Throughout the first half, Kelly, the visionary, was on display. Anything, it seemed, the Eagles wanted to do on offense they did. Washington’s defense seemed stymied. The Eagles moved light-speed fast, creating a frenetic pace the huffing-puffing Redskins, their coaches, even those watching couldn’t stay with.
In the first two quarters, the Eagles’ defense, a looming question before the season, was stellar. Washington didn’t cross midfield for the first time until there was just over 11 minutes left in the third quarter, and didn’t score their first offensive touchdown until there was :06 left in the third quarter.
Then, when reality set in, when the Eagles slowed, they were forced to hang on for dear life in a highly impressive 33-27 victory over Washington to the shock of many.
“We’re excited, I think our guys played with great energy,” Kelly said. “We made some mistakes, coach included, but I think just the way they approached the game, the energy that they played with, if you play hard, you have a shot at winning in this league. I told our guys played really, really hard.”
A pair of Washington touchdowns late in the third quarter and early in the fourth quarter jolted the Washington crowd back into the game momentarily.
But the Eagles stanched any thought of a comeback, thanks in large part to Cary Williams.
Williams, who had been a lightning rod throughout training camp, had a sack, came up with a diving interception and the defensive play of the game swatting away a Robert Griffin III pass intended for Aldrick Robinson on fourth-and-15 at the Eagles’ 42 with 6:48 to play.

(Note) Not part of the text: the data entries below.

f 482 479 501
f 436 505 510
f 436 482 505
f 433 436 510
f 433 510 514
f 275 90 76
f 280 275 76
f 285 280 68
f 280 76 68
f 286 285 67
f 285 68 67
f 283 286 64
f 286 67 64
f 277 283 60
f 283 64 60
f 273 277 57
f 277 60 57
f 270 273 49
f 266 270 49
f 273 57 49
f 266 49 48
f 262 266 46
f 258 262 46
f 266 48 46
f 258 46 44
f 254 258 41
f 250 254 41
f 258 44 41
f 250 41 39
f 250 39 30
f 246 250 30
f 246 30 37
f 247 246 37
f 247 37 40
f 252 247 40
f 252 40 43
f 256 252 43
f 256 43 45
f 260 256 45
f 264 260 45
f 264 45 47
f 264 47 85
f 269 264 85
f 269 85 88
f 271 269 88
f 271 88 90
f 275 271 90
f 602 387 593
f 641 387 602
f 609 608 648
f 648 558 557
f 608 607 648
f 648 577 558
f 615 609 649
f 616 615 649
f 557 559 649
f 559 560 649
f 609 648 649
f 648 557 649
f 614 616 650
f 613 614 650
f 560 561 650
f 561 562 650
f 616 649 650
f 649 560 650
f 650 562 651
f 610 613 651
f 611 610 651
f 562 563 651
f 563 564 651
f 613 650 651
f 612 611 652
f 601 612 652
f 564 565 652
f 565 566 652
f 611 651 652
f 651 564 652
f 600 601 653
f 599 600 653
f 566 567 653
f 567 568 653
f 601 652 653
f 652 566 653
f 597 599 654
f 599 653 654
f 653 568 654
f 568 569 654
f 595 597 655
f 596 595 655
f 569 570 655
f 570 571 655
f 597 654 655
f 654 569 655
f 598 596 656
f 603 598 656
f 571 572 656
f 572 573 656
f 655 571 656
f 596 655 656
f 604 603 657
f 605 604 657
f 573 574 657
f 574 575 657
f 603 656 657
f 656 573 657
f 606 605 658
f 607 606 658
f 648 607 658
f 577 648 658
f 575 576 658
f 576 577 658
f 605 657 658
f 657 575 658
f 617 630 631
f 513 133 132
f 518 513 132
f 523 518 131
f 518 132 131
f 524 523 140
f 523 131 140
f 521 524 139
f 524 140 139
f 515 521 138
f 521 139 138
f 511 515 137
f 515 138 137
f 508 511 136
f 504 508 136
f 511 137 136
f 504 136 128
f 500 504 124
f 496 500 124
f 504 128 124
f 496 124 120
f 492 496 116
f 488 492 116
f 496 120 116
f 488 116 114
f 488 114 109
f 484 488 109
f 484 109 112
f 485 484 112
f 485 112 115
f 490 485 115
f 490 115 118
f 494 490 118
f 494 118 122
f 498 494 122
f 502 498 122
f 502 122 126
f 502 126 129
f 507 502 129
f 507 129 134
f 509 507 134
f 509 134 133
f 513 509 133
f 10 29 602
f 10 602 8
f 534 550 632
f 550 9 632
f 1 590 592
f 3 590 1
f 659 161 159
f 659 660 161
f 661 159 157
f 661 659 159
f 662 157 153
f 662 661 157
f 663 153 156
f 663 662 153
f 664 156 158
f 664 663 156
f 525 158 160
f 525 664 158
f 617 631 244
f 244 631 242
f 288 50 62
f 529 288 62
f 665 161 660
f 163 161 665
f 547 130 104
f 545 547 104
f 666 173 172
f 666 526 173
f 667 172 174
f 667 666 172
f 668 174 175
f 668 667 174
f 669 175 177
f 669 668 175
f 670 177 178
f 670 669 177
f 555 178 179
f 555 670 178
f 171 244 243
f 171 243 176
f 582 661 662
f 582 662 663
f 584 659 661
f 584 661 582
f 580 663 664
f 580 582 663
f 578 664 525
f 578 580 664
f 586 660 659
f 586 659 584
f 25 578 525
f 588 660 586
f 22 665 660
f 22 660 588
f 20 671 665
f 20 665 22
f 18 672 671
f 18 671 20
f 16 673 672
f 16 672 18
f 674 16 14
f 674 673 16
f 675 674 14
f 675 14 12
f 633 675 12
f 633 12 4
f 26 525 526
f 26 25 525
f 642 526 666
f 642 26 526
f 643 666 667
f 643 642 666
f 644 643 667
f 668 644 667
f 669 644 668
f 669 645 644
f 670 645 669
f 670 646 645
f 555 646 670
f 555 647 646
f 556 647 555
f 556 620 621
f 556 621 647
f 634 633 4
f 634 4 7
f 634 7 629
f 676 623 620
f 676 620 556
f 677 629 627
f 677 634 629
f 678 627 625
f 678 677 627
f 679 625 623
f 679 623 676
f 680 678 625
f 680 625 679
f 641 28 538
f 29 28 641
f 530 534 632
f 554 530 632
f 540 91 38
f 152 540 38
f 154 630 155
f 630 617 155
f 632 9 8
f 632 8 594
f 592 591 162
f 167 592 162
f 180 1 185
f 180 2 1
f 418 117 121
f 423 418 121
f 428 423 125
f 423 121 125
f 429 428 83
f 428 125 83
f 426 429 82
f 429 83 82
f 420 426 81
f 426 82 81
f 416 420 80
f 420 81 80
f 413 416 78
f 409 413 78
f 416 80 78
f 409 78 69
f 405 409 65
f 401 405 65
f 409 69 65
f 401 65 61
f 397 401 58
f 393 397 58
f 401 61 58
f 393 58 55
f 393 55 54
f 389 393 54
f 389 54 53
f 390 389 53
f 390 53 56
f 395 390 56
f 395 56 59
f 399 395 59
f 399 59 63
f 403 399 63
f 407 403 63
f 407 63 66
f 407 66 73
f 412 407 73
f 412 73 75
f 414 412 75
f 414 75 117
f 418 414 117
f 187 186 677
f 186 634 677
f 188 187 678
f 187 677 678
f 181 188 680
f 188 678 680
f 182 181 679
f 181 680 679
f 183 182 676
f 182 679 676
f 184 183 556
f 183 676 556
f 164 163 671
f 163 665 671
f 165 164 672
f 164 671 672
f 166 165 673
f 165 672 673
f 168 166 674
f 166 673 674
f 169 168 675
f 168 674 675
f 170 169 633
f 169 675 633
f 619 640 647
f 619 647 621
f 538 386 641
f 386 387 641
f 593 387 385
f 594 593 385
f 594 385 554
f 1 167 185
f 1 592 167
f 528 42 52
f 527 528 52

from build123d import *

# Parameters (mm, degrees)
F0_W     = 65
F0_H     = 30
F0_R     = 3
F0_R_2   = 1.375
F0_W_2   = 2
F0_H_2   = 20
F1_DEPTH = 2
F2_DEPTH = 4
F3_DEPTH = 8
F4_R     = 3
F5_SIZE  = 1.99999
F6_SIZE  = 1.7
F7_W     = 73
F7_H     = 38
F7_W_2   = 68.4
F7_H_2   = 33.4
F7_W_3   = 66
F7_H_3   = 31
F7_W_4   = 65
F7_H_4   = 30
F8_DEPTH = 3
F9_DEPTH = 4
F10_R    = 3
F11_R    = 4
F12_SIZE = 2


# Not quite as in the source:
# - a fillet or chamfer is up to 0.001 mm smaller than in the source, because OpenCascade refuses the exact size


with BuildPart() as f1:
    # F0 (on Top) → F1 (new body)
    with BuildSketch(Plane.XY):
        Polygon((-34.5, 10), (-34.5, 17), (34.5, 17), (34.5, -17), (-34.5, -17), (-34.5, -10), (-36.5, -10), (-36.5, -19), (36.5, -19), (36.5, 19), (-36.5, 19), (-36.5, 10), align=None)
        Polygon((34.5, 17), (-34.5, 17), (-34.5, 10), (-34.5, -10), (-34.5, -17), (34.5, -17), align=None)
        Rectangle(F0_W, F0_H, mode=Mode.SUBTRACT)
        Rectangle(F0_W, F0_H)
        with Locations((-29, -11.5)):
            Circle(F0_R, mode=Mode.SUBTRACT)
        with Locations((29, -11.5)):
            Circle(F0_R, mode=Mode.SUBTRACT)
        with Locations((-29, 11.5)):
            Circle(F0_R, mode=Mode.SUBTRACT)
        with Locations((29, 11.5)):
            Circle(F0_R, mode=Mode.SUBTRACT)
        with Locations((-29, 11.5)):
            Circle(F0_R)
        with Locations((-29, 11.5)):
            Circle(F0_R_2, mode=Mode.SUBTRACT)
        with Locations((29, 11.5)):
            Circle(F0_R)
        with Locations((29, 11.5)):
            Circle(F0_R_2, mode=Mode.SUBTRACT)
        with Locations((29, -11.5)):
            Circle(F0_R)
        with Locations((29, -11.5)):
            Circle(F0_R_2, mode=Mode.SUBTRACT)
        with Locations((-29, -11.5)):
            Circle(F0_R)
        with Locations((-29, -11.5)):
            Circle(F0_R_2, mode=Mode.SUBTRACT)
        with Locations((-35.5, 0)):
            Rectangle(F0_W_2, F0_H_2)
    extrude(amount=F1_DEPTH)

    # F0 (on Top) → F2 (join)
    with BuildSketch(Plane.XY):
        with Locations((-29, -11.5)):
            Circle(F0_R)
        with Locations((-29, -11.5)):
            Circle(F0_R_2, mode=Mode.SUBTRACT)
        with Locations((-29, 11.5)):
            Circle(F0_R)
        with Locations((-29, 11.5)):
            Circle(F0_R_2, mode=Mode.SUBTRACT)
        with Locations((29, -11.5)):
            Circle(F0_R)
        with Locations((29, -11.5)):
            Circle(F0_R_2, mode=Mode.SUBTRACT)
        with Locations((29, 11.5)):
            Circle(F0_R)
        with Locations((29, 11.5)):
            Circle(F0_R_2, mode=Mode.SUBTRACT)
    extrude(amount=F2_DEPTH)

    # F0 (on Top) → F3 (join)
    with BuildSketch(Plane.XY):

Washington had scored on consecutive drives before that crucial stop.
Williams was one of many who played very well defensively for the Eagles. Linebacker Mychal Kendricks was up in RGIII’s face all night, forcing the rusty second-year quarterback to rush some throws. Trent Cole, from his new outside linebacker position, forced one fumble, had a big fourth-quarter sack and tackled Alfred Morris for a safety.
Michael Vick completed 15 of 25 for 203 yards and two touchdowns—but was just 2-for-2 in the second half 13 yards. LeSean McCoy carried 31 for 184 yards—though the Eagles had just five first downs in the second half.
The Eagles stunned the Redskins in the first half. They took the opening kickoff and drove right down the field, reaching the Washington four when a freakish play occurred. It appeared Vick was throwing a little screen to the left that was batted down by the Redskins’ Ryan Kerrigan.
Washington cornerback DeAngelo Hall scooped the loose ball up and went 75 yards for a touchdown on what was called a fumble.
“It was a bizarre first half, the first drive, the ball is tipped and was it a lateral, and [the refs] said it was and they scored,” Kelly said. “Our defense did a great job tonight. That was the key for us.”
The Eagles responded by scoring 33 unanswered points. They went into halftime ahead, 26-7, amassing 322 yards of total offense to a mere 75 for Washington. By halftime, the Eagles averaged 7.4 yards a play to Washington’s 3.9 and had 21 first downs to only three for the Redskins.
In the first two quarters, Vick was 13 of 21 for 190 yards and two touchdowns. McCoy had 115 yards on 20 carries, as the Eagles ran off 53 plays to Washington’s 21.
For a half, it was Chip Kelly nirvana.
“We may have [let up in the fourth quarter],” Kelly said. “We have to look at that. You start to manage a game, it’s a different game at this level, because the clock is always running. It’s a little bit different than in college. It’s no different than when I was in college. You get one first down and you get rolling. A couple of times, we call them self-inflicted wounds, we put ourselves in a hole with some penalties. Those things are correctable. But we have a lot to learn.”